Your assignment »
The lines to extract run from the first line of the entries through the line that contains "v3 (17.291112,144.904575,1242.799253)"; reproduce exactly those lines and no others.

Provided entries »

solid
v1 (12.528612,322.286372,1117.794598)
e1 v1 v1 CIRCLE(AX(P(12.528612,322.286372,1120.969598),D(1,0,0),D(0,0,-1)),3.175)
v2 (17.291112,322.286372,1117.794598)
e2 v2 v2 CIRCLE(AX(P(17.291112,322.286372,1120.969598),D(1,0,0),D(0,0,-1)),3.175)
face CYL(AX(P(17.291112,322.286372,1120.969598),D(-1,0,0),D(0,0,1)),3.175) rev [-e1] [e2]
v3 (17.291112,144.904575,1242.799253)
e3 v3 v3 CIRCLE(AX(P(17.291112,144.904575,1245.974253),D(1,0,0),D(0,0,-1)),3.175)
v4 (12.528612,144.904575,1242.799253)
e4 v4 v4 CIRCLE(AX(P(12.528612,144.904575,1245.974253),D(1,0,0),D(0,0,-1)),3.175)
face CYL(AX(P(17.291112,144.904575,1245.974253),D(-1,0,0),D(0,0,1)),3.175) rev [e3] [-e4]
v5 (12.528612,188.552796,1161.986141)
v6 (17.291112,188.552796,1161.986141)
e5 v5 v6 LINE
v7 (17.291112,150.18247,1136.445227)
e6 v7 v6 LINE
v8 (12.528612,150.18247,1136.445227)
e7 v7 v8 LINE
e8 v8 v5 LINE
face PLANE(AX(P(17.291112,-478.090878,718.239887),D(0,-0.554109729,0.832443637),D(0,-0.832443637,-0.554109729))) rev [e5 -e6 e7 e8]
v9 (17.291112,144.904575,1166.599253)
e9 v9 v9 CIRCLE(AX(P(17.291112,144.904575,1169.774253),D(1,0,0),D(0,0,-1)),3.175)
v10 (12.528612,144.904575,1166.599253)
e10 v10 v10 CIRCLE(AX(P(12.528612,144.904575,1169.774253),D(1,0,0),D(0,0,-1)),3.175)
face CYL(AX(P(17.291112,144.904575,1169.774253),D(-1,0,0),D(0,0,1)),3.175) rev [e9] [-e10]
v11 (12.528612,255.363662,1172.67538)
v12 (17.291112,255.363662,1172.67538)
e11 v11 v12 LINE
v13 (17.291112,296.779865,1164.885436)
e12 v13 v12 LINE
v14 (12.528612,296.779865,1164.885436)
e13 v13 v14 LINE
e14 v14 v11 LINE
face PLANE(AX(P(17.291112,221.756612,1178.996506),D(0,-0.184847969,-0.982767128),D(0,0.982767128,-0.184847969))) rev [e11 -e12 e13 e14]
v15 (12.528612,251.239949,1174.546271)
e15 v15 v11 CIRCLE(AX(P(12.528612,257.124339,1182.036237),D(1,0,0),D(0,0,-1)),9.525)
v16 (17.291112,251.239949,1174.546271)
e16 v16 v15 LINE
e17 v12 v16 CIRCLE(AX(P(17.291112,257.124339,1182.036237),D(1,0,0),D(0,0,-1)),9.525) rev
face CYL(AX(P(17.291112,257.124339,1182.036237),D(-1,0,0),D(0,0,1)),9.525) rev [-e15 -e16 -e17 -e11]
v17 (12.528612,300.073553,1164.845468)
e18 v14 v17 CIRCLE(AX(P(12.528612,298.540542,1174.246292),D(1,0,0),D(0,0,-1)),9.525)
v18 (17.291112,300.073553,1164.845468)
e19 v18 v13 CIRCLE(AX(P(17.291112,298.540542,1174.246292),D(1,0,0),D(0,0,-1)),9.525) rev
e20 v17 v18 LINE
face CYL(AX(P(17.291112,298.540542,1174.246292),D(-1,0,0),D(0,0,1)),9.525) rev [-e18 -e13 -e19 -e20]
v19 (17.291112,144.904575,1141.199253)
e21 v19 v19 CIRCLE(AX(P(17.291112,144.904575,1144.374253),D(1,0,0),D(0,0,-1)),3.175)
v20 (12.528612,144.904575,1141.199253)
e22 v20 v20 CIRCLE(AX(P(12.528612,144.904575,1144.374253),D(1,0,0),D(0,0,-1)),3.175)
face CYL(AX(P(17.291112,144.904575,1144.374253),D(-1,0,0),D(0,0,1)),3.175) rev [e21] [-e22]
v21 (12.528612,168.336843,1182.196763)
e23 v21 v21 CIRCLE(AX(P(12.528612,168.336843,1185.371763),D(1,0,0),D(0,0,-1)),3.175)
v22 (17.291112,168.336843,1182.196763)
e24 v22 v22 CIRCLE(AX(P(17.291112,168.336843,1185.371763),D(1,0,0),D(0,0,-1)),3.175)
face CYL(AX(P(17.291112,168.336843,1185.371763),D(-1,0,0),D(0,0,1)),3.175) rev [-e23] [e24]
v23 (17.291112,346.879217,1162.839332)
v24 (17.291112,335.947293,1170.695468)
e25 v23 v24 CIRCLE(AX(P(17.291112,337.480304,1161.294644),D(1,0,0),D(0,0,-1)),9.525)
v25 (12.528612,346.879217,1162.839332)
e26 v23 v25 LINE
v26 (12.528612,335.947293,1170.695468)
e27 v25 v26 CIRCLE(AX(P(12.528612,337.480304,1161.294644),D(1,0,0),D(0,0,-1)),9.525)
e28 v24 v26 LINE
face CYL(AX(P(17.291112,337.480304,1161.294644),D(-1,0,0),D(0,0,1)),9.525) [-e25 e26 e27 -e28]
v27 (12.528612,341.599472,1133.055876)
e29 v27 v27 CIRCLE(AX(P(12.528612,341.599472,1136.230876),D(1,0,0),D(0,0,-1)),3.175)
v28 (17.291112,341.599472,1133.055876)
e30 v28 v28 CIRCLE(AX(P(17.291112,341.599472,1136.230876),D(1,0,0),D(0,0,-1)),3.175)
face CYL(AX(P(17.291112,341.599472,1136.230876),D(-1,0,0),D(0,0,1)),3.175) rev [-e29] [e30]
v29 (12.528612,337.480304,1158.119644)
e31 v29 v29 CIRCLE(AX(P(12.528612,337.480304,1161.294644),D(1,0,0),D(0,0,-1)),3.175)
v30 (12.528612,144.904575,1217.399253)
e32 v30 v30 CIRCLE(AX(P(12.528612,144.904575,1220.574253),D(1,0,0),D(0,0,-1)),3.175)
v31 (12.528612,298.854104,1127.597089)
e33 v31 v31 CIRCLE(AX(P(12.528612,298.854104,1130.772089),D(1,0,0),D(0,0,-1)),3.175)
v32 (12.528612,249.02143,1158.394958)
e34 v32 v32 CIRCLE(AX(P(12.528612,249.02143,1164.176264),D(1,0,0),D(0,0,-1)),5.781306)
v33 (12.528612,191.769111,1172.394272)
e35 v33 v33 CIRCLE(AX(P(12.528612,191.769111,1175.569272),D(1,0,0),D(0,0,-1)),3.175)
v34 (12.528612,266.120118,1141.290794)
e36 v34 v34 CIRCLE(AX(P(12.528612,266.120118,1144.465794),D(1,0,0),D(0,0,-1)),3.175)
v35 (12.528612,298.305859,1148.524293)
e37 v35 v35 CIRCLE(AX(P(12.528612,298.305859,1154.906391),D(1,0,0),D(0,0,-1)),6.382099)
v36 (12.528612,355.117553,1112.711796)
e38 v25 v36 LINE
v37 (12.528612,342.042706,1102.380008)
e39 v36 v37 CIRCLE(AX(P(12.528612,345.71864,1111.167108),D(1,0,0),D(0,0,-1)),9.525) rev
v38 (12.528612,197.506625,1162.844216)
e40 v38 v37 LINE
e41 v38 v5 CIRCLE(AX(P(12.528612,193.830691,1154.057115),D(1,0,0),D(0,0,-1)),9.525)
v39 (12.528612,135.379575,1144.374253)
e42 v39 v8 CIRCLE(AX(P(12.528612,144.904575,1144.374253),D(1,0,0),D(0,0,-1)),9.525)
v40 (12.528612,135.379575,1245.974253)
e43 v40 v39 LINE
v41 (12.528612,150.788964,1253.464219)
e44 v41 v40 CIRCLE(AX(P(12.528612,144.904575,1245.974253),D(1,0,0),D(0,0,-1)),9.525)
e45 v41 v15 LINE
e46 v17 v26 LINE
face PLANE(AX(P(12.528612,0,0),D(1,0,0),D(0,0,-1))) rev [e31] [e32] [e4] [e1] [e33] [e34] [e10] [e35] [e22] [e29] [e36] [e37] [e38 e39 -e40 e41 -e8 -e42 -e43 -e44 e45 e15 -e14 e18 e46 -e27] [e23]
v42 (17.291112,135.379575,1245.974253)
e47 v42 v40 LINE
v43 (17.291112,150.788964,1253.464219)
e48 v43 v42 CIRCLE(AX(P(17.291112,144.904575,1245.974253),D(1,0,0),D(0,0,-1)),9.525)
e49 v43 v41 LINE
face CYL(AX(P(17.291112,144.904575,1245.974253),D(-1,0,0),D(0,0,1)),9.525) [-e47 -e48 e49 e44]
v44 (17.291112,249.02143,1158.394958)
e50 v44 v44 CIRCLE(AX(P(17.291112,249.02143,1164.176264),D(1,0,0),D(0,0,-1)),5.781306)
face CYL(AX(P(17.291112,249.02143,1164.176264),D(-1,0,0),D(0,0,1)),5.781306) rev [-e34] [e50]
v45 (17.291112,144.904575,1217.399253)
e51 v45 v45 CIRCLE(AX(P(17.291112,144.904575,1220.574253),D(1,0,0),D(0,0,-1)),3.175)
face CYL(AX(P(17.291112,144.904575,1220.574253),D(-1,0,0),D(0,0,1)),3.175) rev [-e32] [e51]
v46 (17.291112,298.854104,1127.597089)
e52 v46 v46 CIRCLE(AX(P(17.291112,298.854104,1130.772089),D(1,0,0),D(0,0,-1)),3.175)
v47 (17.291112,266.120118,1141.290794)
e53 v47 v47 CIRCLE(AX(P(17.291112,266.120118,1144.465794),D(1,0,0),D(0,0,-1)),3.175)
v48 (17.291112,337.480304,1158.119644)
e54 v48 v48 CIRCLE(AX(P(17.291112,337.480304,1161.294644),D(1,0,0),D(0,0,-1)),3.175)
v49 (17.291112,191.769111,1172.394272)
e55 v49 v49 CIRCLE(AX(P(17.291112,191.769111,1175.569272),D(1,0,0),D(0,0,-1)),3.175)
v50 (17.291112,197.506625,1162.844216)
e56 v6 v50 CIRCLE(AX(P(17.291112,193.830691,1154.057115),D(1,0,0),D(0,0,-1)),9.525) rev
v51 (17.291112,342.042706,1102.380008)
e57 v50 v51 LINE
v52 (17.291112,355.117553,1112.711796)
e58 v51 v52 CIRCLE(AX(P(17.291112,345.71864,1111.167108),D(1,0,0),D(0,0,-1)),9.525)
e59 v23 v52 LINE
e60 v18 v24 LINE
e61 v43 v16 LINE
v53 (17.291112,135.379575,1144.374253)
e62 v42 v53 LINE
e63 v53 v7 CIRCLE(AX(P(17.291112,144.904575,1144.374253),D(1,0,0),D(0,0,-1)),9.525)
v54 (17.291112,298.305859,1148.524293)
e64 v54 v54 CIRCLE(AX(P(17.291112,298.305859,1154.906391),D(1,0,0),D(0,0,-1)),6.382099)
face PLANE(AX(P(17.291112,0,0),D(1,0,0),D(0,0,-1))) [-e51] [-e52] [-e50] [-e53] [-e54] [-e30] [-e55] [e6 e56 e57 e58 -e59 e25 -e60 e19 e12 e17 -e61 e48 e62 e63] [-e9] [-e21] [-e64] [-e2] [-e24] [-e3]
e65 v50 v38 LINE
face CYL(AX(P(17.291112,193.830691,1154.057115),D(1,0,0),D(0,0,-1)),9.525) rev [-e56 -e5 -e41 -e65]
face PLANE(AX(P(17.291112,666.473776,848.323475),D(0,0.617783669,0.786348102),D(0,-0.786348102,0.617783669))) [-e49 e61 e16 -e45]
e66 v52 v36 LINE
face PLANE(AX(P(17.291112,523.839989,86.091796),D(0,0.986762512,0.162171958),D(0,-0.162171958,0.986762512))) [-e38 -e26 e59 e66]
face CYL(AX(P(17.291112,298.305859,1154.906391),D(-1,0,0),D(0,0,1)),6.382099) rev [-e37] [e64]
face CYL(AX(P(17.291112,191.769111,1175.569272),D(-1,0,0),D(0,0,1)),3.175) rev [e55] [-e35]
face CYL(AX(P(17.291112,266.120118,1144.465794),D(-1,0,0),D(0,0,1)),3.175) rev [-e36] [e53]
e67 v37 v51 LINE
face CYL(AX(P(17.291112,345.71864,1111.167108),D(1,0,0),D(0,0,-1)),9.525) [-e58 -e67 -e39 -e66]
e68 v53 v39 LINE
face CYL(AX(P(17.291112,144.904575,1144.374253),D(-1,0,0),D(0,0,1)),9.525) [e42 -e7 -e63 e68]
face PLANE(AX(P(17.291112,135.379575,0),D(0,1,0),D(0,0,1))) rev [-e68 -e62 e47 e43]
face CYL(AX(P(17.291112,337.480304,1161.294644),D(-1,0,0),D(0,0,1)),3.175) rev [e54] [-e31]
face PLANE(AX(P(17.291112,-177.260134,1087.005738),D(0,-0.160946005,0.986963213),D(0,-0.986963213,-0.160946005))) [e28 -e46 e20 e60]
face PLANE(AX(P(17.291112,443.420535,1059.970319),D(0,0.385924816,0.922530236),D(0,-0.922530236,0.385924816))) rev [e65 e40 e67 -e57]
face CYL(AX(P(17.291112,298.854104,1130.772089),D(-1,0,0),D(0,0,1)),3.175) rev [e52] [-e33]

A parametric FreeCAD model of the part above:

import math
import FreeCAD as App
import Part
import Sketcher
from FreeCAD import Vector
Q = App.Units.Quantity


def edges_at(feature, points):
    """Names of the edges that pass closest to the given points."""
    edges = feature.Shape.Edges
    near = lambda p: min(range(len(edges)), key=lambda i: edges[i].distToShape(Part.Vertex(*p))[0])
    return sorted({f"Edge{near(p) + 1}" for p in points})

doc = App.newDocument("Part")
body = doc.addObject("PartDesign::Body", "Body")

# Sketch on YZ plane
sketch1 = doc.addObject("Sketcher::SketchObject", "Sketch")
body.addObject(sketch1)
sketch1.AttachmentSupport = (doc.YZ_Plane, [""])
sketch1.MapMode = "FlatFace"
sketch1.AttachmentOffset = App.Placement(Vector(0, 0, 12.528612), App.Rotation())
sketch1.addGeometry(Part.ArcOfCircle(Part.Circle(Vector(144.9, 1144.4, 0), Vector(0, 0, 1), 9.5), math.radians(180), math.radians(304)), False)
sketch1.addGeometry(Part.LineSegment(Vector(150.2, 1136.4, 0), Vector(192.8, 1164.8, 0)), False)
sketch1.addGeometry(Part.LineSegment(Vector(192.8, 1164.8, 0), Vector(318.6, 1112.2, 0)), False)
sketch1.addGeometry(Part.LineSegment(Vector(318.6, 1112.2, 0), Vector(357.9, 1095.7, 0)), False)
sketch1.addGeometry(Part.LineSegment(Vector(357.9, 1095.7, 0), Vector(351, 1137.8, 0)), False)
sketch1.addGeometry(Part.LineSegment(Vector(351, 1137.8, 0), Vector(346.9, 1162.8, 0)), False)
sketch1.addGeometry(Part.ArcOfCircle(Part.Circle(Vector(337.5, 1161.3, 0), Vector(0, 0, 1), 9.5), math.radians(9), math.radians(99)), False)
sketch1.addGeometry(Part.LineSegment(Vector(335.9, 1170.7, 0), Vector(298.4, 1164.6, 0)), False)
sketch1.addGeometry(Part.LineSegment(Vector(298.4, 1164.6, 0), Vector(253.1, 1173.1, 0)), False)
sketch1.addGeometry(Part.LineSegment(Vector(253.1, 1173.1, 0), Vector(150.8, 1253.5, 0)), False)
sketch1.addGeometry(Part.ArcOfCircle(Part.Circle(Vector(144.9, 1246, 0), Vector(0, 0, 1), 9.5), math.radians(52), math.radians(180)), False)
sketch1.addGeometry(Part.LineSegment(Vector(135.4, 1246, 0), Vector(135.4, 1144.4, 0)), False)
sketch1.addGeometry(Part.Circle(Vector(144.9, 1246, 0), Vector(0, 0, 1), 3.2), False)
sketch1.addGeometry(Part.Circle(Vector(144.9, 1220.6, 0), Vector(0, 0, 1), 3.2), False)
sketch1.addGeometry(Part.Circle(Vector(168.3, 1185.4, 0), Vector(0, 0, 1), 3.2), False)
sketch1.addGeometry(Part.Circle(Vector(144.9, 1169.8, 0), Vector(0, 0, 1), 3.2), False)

Task answer »
solid
v1 (12.528612,322.286372,1117.794598)
e1 v1 v1 CIRCLE(AX(P(12.528612,322.286372,1120.969598),D(1,0,0),D(0,0,-1)),3.175)
v2 (17.291112,322.286372,1117.794598)
e2 v2 v2 CIRCLE(AX(P(17.291112,322.286372,1120.969598),D(1,0,0),D(0,0,-1)),3.175)
face CYL(AX(P(17.291112,322.286372,1120.969598),D(-1,0,0),D(0,0,1)),3.175) rev [-e1] [e2]
v3 (17.291112,144.904575,1242.799253)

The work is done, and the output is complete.